PROBLEM:
Within the records that follow, find every line containing the string "cylinder". Copy those lines.

---------- EXERCISE INPUT ----------

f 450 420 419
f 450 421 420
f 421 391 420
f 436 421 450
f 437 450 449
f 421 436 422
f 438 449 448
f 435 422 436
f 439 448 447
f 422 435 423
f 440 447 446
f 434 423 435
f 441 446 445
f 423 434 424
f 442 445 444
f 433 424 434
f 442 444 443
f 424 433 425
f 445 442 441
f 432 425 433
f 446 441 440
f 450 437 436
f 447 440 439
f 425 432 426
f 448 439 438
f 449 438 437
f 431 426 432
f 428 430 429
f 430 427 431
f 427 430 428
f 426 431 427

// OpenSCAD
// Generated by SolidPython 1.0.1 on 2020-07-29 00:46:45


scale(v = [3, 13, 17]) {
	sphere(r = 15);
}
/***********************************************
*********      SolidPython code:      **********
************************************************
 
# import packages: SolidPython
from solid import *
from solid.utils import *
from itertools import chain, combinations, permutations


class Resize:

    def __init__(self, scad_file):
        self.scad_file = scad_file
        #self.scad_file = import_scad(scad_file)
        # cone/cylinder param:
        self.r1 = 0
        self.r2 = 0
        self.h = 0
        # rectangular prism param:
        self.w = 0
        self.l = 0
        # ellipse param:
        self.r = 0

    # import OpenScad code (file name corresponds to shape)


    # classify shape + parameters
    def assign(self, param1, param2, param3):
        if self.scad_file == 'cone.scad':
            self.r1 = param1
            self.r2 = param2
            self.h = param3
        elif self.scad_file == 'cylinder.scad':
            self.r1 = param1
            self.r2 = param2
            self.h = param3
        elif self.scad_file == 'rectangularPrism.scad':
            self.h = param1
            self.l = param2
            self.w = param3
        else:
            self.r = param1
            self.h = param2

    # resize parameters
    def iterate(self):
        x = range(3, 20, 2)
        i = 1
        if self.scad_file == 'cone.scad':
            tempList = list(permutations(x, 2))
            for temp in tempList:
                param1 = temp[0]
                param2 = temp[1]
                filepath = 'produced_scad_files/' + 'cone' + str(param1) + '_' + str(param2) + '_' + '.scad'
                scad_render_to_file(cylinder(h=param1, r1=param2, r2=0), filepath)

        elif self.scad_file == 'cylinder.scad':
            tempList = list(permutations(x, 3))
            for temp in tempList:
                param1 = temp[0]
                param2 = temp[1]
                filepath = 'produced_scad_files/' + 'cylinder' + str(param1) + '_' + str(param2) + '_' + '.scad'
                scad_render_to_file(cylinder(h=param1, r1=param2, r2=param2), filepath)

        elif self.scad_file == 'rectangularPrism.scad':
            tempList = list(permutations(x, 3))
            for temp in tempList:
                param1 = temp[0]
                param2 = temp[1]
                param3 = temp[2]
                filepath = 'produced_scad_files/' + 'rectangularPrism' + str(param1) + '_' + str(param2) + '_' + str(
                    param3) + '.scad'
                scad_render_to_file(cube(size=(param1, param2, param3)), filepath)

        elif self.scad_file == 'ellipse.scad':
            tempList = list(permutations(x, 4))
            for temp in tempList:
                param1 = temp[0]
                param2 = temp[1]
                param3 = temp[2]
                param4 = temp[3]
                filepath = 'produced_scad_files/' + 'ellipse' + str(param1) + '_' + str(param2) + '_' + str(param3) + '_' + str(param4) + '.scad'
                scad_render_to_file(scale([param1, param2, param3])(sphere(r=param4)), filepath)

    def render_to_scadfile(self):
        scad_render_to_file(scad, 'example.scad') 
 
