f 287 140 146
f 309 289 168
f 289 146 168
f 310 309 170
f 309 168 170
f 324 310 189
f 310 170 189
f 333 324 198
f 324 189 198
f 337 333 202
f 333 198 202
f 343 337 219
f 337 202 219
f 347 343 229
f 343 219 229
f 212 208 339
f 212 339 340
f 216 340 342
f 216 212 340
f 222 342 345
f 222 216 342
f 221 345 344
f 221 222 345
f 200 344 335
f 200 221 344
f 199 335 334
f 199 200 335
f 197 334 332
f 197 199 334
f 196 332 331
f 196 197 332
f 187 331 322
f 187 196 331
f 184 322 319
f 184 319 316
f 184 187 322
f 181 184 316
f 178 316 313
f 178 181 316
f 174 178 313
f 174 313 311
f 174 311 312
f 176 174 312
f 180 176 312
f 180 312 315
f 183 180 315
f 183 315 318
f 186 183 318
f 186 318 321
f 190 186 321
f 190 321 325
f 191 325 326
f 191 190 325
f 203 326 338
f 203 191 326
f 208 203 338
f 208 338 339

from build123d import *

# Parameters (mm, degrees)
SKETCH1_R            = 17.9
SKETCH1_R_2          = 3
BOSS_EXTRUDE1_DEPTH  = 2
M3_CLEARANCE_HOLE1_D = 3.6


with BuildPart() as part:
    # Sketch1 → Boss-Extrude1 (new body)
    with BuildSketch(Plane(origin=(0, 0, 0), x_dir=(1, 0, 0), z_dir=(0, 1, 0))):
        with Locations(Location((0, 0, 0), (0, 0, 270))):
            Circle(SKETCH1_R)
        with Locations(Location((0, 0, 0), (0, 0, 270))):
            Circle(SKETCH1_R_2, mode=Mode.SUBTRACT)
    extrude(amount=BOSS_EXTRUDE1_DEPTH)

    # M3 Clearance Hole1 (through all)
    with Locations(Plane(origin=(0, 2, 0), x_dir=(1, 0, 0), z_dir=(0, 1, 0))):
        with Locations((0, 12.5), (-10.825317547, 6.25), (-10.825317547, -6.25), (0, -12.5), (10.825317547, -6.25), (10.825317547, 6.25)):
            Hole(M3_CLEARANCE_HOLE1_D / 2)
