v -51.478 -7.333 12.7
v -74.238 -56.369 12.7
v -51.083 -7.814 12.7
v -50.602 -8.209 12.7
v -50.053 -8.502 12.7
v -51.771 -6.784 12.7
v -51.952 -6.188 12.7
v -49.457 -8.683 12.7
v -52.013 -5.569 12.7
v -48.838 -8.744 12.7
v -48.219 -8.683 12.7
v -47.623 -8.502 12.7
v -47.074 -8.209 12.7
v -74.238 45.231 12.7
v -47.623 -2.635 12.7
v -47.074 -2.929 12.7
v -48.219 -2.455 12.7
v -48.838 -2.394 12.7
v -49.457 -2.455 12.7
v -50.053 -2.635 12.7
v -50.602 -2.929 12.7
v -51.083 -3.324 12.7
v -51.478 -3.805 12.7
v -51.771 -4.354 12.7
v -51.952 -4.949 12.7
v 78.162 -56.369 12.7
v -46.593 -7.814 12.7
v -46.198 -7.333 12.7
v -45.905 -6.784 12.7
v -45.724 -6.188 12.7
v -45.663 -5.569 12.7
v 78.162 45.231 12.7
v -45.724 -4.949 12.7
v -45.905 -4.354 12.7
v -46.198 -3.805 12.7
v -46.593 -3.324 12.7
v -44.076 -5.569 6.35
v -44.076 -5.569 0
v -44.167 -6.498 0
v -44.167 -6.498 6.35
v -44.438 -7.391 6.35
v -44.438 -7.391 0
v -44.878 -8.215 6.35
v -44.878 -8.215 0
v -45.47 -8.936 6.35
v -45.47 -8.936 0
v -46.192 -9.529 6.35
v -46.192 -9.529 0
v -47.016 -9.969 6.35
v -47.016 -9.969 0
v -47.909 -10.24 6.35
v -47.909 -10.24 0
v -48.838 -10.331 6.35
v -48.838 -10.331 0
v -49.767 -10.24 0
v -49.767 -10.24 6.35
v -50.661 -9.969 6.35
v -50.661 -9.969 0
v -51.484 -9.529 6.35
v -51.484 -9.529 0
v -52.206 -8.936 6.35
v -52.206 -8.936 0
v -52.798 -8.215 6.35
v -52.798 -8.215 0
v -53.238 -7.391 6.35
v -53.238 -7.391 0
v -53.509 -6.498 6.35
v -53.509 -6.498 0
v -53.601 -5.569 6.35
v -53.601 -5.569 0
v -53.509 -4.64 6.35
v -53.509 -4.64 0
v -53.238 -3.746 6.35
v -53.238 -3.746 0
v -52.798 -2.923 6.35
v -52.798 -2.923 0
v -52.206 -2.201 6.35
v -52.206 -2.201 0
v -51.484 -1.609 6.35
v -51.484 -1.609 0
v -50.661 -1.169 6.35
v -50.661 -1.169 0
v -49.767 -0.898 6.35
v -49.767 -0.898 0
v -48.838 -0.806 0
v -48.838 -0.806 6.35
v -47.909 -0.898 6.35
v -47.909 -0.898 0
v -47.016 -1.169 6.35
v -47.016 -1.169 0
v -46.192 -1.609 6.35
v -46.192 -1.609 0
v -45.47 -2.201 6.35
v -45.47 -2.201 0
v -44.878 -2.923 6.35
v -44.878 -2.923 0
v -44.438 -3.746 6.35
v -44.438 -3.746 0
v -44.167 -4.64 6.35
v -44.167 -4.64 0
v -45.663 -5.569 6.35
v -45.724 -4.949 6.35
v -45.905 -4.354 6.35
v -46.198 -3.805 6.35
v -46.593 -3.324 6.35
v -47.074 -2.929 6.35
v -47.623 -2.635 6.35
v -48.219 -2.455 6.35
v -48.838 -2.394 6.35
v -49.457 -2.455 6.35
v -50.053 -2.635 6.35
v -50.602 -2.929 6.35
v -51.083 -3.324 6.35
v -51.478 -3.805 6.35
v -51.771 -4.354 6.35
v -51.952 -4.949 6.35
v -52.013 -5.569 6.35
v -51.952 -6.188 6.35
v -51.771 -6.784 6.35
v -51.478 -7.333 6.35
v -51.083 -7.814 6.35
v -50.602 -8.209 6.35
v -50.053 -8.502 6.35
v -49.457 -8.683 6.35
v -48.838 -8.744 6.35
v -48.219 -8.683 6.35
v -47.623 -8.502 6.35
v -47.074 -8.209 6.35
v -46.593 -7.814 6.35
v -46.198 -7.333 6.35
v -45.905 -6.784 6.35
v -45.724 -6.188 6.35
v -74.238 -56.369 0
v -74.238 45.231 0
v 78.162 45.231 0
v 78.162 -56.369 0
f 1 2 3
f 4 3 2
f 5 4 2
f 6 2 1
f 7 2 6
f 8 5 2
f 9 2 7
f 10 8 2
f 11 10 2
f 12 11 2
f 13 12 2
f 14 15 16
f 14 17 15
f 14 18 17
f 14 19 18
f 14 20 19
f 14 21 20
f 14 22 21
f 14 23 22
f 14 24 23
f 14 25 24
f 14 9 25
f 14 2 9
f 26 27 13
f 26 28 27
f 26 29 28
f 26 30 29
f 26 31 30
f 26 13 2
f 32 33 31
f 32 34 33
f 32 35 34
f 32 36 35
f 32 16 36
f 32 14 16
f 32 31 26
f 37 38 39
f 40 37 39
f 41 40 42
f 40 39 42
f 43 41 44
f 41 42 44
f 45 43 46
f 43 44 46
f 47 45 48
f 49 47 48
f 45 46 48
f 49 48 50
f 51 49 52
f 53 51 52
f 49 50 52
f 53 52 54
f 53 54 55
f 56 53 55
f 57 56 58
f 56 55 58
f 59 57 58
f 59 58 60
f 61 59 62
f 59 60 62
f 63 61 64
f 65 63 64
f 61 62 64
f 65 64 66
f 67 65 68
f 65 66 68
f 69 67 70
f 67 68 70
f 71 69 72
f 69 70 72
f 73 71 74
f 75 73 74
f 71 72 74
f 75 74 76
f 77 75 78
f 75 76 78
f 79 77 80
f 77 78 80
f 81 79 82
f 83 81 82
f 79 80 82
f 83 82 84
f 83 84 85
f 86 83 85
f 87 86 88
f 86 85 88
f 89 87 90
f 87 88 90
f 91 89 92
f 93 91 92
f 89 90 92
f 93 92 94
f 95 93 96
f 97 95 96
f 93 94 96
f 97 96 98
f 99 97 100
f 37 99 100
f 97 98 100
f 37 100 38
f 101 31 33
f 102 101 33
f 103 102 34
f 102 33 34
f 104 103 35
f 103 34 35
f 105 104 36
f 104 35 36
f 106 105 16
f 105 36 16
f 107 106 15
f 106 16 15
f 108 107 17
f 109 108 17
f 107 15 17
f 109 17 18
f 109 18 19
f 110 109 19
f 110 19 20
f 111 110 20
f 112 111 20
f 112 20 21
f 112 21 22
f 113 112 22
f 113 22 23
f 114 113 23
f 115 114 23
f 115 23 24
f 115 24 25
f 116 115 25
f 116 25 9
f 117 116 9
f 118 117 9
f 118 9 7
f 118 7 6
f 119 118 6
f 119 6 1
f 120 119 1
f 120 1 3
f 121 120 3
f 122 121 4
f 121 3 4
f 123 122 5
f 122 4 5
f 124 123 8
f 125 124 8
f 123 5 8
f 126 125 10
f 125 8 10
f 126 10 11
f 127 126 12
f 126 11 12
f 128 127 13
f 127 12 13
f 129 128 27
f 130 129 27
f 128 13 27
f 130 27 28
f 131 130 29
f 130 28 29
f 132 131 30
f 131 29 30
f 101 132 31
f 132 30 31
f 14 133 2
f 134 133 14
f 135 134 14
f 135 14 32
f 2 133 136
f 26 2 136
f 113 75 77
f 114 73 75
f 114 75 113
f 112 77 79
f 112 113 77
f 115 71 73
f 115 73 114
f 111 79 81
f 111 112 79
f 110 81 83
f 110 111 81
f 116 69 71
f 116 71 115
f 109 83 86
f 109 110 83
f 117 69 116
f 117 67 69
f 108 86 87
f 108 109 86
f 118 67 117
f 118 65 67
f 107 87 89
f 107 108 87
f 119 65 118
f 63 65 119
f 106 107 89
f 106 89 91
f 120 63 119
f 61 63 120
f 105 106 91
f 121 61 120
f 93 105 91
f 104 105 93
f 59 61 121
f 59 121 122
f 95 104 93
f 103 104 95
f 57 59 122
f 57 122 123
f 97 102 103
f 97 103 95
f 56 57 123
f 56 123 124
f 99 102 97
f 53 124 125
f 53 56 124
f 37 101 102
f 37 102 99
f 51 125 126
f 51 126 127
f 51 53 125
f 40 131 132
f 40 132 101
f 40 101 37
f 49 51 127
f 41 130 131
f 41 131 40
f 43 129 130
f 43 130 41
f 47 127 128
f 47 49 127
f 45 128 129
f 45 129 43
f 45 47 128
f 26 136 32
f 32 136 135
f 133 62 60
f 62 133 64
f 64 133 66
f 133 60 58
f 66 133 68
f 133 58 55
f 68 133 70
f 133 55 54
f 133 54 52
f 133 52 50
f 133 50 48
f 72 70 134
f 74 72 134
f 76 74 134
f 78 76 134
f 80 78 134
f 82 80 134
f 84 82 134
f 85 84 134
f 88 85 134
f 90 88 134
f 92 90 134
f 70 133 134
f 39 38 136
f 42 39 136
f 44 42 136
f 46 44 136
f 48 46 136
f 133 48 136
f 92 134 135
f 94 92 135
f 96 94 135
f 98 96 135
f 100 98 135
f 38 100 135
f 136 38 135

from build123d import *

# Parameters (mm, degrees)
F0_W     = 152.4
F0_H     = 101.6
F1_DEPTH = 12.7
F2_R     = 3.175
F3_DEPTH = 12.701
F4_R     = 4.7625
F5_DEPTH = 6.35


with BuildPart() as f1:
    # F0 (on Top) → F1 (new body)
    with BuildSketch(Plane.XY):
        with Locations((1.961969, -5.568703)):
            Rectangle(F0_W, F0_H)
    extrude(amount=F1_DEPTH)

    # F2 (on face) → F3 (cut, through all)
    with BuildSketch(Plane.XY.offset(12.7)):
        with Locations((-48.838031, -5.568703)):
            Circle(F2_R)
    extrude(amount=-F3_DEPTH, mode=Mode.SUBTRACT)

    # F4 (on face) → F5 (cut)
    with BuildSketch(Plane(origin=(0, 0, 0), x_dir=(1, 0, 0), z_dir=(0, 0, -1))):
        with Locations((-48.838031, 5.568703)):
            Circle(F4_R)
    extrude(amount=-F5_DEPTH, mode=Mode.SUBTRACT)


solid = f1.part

----------

REPLY:
        # cone/cylinder param:
        elif self.scad_file == 'cylinder.scad':
                scad_render_to_file(cylinder(h=param1, r1=param2, r2=0), filepath)
        elif self.scad_file == 'cylinder.scad':
                filepath = 'produced_scad_files/' + 'cylinder' + str(param1) + '_' + str(param2) + '_' + '.scad'
                scad_render_to_file(cylinder(h=param1, r1=param2, r2=param2), filepath)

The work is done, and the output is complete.